In the basement of the west wing, he finds the makeshift laboratory where it looks like surgeries happened in the hallways. He sees the IV trees, monitors, and needles that remind him of Adam. It occurs to him that he and Gladys never asked Delia if she wanted the child. Instead they took him, then abandoned her as if she were junk. In admitting his own fault, it’s easier to admit the greater truth: she murdered the fish, and Barkley, and those high school kids, too. She was born with a bloodlust.

In the basement, he finds the rest of the prisoners chained to gurneys. They must have been injected with the virus, because their heads are cleanly sawed away.

A doctor and nurse, both infected, wander the aisles, forever trapped in their roles of sick and, well, prisoner and captive. They seem to believe they are ministering comfort as they check lifeless wrists for pulses.

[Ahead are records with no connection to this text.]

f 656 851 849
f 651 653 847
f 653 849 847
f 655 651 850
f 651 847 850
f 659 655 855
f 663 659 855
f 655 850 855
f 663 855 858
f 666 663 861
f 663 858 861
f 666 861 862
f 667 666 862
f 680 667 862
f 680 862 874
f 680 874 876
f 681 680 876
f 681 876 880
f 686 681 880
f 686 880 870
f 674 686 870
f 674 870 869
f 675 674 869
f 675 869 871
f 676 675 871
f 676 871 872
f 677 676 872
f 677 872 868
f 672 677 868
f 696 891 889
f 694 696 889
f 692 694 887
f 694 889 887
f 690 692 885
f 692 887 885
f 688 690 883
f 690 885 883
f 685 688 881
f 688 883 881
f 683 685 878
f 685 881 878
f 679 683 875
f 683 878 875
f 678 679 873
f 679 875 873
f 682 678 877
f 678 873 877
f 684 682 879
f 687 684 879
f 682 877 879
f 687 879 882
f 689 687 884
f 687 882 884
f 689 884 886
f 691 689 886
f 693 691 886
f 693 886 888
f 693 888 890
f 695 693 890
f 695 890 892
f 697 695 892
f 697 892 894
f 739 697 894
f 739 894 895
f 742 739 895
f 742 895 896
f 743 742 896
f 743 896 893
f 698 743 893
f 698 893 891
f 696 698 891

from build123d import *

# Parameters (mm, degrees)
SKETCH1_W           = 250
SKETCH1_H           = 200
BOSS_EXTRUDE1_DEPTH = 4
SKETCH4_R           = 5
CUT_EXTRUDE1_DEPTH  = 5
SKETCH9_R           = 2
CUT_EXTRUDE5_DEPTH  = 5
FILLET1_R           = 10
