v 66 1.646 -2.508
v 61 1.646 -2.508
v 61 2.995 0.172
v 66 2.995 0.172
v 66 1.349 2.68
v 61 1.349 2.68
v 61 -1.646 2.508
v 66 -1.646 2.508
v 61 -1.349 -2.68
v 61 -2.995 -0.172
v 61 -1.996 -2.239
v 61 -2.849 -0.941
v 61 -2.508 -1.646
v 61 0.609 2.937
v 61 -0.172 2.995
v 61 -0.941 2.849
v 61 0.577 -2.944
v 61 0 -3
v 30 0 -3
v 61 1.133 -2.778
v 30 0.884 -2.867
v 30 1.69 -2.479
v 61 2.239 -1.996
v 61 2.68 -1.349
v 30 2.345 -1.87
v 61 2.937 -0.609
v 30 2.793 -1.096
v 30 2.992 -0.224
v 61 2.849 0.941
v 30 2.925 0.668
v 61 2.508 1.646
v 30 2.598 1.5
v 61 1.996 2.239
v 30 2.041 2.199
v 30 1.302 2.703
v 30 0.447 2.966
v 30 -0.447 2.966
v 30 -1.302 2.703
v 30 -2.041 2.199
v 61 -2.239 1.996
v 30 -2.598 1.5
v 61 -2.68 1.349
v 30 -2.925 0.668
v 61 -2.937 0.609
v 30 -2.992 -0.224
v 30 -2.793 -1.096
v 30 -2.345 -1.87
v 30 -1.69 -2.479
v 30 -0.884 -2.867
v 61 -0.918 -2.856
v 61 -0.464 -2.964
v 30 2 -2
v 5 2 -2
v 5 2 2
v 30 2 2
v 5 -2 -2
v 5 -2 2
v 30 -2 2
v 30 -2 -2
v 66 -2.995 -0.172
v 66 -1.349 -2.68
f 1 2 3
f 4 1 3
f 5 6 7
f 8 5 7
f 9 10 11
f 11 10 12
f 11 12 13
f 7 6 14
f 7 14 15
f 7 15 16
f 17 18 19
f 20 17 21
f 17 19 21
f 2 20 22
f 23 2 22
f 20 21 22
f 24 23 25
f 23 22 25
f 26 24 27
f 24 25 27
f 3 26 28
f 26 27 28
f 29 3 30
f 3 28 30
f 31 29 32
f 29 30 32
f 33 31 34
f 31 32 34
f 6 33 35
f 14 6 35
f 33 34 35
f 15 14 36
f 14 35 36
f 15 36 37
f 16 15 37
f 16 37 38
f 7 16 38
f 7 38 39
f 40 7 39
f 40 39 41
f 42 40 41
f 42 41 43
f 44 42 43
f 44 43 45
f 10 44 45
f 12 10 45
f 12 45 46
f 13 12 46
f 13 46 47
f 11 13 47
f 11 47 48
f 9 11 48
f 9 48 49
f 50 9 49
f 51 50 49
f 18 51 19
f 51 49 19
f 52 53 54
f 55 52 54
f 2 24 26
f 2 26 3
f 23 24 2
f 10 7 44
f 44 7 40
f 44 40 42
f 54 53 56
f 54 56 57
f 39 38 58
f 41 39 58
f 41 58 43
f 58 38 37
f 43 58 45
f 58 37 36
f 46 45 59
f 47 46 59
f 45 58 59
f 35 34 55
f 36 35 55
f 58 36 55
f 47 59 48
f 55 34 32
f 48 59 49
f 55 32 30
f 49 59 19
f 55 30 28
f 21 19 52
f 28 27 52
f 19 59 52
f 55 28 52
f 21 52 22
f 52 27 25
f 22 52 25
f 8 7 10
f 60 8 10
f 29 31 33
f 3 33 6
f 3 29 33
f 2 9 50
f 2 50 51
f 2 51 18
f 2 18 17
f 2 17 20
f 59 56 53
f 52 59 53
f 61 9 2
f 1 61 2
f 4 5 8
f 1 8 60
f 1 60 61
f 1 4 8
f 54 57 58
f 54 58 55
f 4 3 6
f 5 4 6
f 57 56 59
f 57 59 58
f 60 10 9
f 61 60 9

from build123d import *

# Parameters (mm, degrees)
SKETCH3_R           = 3
BOSS_EXTRUDE1_DEPTH = 31
BOSS_EXTRUDE4_DEPTH = 5
SKETCH18_W          = 4
SKETCH18_H          = 4
BOSS_EXTRUDE5_DEPTH = 30
SKETCH21_W          = 4
SKETCH21_H          = 4
CUT_EXTRUDE1_DEPTH  = 5


with BuildPart() as part:
    # Sketch1 → Loft1 section 0
    with BuildSketch(Plane(origin=(0, 0, 0), x_dir=(0, 0, -1), z_dir=(1, 0, 0))):
        with BuildLine():
            Line((-1, -1), (1, -1))
            Line((1, -1), (1, 1))
            Line((1, 1), (-1, 1))
            Line((-1, 1), (-1, -1))
        make_face()
    # Sketch2 → Loft1 section 1
    with BuildSketch(Plane(origin=(30, 0, 0), x_dir=(0, 0, -1), z_dir=(1, 0, 0))):
        with BuildLine():
            Line((-1, -1), (1, -1))
            Line((1, -1), (1, 1))
            Line((1, 1), (-1, 1))
            Line((-1, 1), (-1, -1))
        make_face()
    loft()

    # Sketch3 → Boss-Extrude1 (add)
    with BuildSketch(Plane(origin=(30, 0, 0), x_dir=(0, 0, -1), z_dir=(1, 0, 0))):
        Circle(SKETCH3_R)
    extrude(amount=BOSS_EXTRUDE1_DEPTH)

    # Sketch17 → Boss-Extrude4 (add)
    with BuildSketch(Plane(origin=(61, 0, 0), x_dir=(0, 0, -1), z_dir=(1, 0, 0))):
        Polygon((2.507905391, 1.646332454), (-0.171813033, 2.995076006), (-2.679718424, 1.348743552), (-2.507905391, -1.646332454), (0.171813033, -2.995076006), (2.679718424, -1.348743552), align=None)
    extrude(amount=BOSS_EXTRUDE4_DEPTH)

    # Sketch18 → Boss-Extrude5 (add)
    with BuildSketch(Plane.ZY):
        Rectangle(SKETCH18_W, SKETCH18_H)
    extrude(amount=-BOSS_EXTRUDE5_DEPTH)

    # Sketch21 → Cut-Extrude1 (cut)
    with BuildSketch(Plane.ZY):
        Rectangle(SKETCH21_W, SKETCH21_H)
    extrude(amount=-CUT_EXTRUDE1_DEPTH, mode=Mode.SUBTRACT)


solid = part.part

“Delia!” he shouts. They look at him for a moment, then return to their work. If she is alive, and I find her, I will be happy, he thinks. Even if she has not changed, I will take comfort from finishing this journey, and be fulfilled.

“Delia!” he cries. Like his joints, his throat is beginning to lock.

Just then, a tiny, faraway voice shouts back: “Here!”

It’s been years since he’s seen her, but her voice transcends time. It is imprinted upon him and dwells in the reptile part of his brain that even the virus cannot devour. His body moves, almost of its own volition. Not even his back hurts anymore. He is entirely numb.

“Delia!”

In reply is that same hesitation from years ago, when she called late at night while Gladys slept. He’s run that moment over in his mind every day since, and recognizes now that her hesitation was shame. It was always shame.